• _WHAT THE TASK ASKS_
Only these lines are needed: the first line of the entries below through the line with "v 0 55 14.75", each returned exactly.

Collected data:
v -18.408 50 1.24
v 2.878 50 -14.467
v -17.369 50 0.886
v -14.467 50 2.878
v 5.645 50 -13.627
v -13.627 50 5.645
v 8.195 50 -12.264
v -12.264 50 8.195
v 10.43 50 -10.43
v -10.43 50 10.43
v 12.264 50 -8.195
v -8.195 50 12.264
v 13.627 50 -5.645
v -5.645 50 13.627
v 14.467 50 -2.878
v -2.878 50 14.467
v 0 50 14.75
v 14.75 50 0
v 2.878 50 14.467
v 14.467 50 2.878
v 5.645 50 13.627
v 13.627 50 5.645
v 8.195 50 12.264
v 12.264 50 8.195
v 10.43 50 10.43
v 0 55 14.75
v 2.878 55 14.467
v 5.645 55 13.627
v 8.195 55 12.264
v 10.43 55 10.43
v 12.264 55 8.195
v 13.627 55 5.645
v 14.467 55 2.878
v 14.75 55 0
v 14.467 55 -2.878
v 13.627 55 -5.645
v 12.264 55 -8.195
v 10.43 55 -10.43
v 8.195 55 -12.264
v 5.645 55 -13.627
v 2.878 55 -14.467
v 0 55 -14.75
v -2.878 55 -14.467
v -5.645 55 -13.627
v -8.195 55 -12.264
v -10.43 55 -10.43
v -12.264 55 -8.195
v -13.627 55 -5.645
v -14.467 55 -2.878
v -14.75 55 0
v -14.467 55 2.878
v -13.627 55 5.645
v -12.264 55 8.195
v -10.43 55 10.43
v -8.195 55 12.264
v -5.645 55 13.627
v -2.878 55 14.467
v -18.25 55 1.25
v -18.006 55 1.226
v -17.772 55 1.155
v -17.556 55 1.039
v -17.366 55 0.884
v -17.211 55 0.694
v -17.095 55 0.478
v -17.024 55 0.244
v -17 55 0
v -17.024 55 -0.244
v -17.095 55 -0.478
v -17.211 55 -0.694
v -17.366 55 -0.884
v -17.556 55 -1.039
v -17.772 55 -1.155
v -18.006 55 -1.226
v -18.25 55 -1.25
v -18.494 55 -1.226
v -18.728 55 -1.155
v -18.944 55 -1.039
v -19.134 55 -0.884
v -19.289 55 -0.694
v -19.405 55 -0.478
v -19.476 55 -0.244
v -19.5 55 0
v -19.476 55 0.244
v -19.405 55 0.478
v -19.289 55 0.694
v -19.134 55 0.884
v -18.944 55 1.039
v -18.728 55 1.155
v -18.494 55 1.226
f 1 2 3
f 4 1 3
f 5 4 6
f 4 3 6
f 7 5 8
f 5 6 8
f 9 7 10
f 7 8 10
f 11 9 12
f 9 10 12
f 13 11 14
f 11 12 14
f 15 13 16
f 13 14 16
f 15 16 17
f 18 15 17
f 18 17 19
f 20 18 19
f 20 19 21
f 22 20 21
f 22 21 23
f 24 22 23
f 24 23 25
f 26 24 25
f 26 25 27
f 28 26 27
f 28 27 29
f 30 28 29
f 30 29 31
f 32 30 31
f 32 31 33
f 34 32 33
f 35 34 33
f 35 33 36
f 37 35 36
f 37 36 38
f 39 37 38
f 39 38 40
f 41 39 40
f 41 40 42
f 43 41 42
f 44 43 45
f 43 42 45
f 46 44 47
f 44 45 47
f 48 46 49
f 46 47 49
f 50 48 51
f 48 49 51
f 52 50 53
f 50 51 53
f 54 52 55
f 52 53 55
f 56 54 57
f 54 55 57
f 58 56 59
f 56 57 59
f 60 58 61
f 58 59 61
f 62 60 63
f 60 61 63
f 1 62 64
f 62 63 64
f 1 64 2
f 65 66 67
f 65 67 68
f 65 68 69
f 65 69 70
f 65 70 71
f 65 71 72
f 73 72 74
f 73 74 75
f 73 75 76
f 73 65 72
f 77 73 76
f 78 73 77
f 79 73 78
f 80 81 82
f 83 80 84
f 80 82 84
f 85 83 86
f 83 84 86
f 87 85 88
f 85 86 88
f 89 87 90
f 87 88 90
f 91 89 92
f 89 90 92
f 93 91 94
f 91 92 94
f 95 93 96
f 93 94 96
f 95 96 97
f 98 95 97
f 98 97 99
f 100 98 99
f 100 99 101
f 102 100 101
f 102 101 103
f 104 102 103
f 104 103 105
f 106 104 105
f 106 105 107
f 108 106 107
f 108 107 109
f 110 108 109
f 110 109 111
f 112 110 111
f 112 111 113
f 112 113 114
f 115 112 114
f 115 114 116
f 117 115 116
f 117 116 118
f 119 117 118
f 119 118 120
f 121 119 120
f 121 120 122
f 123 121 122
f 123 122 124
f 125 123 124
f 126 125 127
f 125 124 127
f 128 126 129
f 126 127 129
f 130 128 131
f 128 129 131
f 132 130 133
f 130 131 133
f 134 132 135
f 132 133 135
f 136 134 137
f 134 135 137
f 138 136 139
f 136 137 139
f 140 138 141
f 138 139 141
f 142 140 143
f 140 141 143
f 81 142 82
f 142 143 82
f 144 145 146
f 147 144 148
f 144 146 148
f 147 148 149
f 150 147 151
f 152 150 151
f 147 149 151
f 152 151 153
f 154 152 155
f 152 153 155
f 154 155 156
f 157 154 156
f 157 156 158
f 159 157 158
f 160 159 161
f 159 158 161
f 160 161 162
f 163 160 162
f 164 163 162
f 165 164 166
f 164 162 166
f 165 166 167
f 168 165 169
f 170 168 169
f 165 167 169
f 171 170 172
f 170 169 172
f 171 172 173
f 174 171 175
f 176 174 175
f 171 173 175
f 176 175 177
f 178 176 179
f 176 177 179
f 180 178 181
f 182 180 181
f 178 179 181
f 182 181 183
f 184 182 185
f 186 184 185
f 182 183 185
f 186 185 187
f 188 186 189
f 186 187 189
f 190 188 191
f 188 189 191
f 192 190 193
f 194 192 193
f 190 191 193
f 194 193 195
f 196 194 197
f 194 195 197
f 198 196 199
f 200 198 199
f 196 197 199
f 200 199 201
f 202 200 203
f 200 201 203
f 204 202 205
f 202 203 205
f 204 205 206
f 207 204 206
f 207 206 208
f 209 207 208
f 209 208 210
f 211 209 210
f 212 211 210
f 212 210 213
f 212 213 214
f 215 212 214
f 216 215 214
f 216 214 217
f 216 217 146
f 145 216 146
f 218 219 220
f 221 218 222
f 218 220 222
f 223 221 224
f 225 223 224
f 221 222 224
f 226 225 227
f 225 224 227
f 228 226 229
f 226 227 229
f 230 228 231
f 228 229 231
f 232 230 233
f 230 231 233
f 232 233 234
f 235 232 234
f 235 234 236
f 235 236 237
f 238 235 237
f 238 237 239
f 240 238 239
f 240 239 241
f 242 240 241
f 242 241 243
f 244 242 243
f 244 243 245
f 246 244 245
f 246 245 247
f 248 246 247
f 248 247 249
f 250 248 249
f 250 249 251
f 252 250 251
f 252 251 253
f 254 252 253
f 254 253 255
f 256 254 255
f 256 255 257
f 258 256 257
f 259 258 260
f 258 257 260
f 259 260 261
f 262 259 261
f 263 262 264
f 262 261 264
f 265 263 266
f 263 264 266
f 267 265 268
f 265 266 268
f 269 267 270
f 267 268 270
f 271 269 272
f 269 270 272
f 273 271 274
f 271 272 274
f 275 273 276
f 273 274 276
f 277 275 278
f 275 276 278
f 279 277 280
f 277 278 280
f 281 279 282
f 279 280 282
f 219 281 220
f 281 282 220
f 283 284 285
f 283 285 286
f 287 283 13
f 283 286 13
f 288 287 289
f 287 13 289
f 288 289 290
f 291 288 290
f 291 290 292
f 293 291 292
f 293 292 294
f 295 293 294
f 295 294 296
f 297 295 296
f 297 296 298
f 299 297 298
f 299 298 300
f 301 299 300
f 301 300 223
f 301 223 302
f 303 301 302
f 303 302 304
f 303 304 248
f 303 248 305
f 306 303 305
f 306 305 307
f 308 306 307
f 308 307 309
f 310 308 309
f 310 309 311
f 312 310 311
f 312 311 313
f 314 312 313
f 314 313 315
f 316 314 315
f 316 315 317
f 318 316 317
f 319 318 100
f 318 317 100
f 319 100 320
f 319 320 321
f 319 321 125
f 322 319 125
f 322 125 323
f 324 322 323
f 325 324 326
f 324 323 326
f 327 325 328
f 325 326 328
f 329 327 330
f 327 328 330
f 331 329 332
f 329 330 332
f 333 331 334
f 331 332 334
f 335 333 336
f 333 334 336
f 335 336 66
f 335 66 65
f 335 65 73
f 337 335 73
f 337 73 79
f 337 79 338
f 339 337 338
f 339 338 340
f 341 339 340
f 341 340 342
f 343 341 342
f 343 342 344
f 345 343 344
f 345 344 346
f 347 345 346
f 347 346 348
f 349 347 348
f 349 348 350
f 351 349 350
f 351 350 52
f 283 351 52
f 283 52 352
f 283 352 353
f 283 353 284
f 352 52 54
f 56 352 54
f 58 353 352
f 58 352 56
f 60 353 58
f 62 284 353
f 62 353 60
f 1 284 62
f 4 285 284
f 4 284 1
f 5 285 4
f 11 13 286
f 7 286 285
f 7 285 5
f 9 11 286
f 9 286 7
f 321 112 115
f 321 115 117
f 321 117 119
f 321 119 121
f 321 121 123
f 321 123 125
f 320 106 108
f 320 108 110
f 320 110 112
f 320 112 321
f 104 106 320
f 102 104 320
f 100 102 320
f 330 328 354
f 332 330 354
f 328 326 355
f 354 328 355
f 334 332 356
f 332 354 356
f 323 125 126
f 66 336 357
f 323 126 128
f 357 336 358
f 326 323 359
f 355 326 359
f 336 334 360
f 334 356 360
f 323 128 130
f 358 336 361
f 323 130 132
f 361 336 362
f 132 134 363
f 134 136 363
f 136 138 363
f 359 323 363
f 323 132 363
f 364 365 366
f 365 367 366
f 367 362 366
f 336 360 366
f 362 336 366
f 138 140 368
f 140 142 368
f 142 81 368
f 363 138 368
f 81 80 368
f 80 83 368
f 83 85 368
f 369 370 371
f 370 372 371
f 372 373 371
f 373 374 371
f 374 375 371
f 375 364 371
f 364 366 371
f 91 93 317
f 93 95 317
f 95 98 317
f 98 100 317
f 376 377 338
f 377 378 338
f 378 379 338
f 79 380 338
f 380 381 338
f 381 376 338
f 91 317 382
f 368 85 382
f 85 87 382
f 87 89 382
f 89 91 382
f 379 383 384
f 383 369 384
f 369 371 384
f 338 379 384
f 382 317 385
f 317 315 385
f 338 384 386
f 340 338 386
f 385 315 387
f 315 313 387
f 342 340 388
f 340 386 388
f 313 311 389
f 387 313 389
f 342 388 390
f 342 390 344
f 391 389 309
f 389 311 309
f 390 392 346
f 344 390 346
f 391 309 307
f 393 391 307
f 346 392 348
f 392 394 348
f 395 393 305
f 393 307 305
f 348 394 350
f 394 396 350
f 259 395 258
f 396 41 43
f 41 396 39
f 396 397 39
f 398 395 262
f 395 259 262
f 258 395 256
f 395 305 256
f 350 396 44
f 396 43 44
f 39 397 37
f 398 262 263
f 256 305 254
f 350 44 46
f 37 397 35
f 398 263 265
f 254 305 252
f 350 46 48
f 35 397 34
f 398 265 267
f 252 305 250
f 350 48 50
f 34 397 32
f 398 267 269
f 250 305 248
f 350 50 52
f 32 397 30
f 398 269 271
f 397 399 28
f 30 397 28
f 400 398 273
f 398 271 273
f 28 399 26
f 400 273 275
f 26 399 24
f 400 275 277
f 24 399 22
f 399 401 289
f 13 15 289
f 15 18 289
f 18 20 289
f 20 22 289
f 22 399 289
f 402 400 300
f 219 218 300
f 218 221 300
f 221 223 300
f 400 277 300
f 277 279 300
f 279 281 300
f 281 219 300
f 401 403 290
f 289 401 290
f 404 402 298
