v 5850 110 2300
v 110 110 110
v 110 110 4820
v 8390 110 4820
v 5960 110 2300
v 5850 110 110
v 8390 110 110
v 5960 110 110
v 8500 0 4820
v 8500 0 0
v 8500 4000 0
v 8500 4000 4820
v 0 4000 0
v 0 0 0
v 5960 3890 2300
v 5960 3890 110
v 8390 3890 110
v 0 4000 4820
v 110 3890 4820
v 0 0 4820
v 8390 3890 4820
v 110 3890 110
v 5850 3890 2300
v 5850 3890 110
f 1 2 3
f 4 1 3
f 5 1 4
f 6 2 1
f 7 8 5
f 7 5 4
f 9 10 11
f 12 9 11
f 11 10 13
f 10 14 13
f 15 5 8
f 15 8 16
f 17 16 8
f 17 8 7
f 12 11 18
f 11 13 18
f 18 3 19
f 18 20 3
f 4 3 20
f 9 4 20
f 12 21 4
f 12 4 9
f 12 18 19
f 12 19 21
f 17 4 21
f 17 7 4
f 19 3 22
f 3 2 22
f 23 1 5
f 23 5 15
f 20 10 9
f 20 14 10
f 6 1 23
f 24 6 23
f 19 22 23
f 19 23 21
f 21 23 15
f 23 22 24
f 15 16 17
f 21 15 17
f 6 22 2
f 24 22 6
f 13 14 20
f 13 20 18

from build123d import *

# Parameters (mm, degrees)
F0_W     = 8500
F0_H     = 4000
F1_DEPTH = 4820
F2_T     = -110
F6_W     = 4000
F6_H     = 2300
F7_DEPTH = 110


with BuildPart() as f1:
    # F0 (on Top) → F1 (new body)
    with BuildSketch(Plane.XY):
        with Locations((4250, 2000)):
            Rectangle(F0_W, F0_H)
    extrude(amount=F1_DEPTH)

    # F2
    f2_openings = [f1.faces().sort_by_distance(p)[0] for p in [
        (4250, 2000, 4820),
    ]]
    offset(amount=F2_T, openings=f2_openings)

    # F6 (on offset) → F7 (join)
    with BuildSketch(Plane.YZ.offset(5850)):
        with Locations((2000, 1150)):
            Rectangle(F6_W, F6_H)
    extrude(amount=F7_DEPTH)


solid = f1.part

• _FINISHED TASK_
v -18.408 50 1.24
v 2.878 50 -14.467
v -17.369 50 0.886
v -14.467 50 2.878
v 5.645 50 -13.627
v -13.627 50 5.645
v 8.195 50 -12.264
v -12.264 50 8.195
v 10.43 50 -10.43
v -10.43 50 10.43
v 12.264 50 -8.195
v -8.195 50 12.264
v 13.627 50 -5.645
v -5.645 50 13.627
v 14.467 50 -2.878
v -2.878 50 14.467
v 0 50 14.75
v 14.75 50 0
v 2.878 50 14.467
v 14.467 50 2.878
v 5.645 50 13.627
v 13.627 50 5.645
v 8.195 50 12.264
v 12.264 50 8.195
v 10.43 50 10.43
v 0 55 14.75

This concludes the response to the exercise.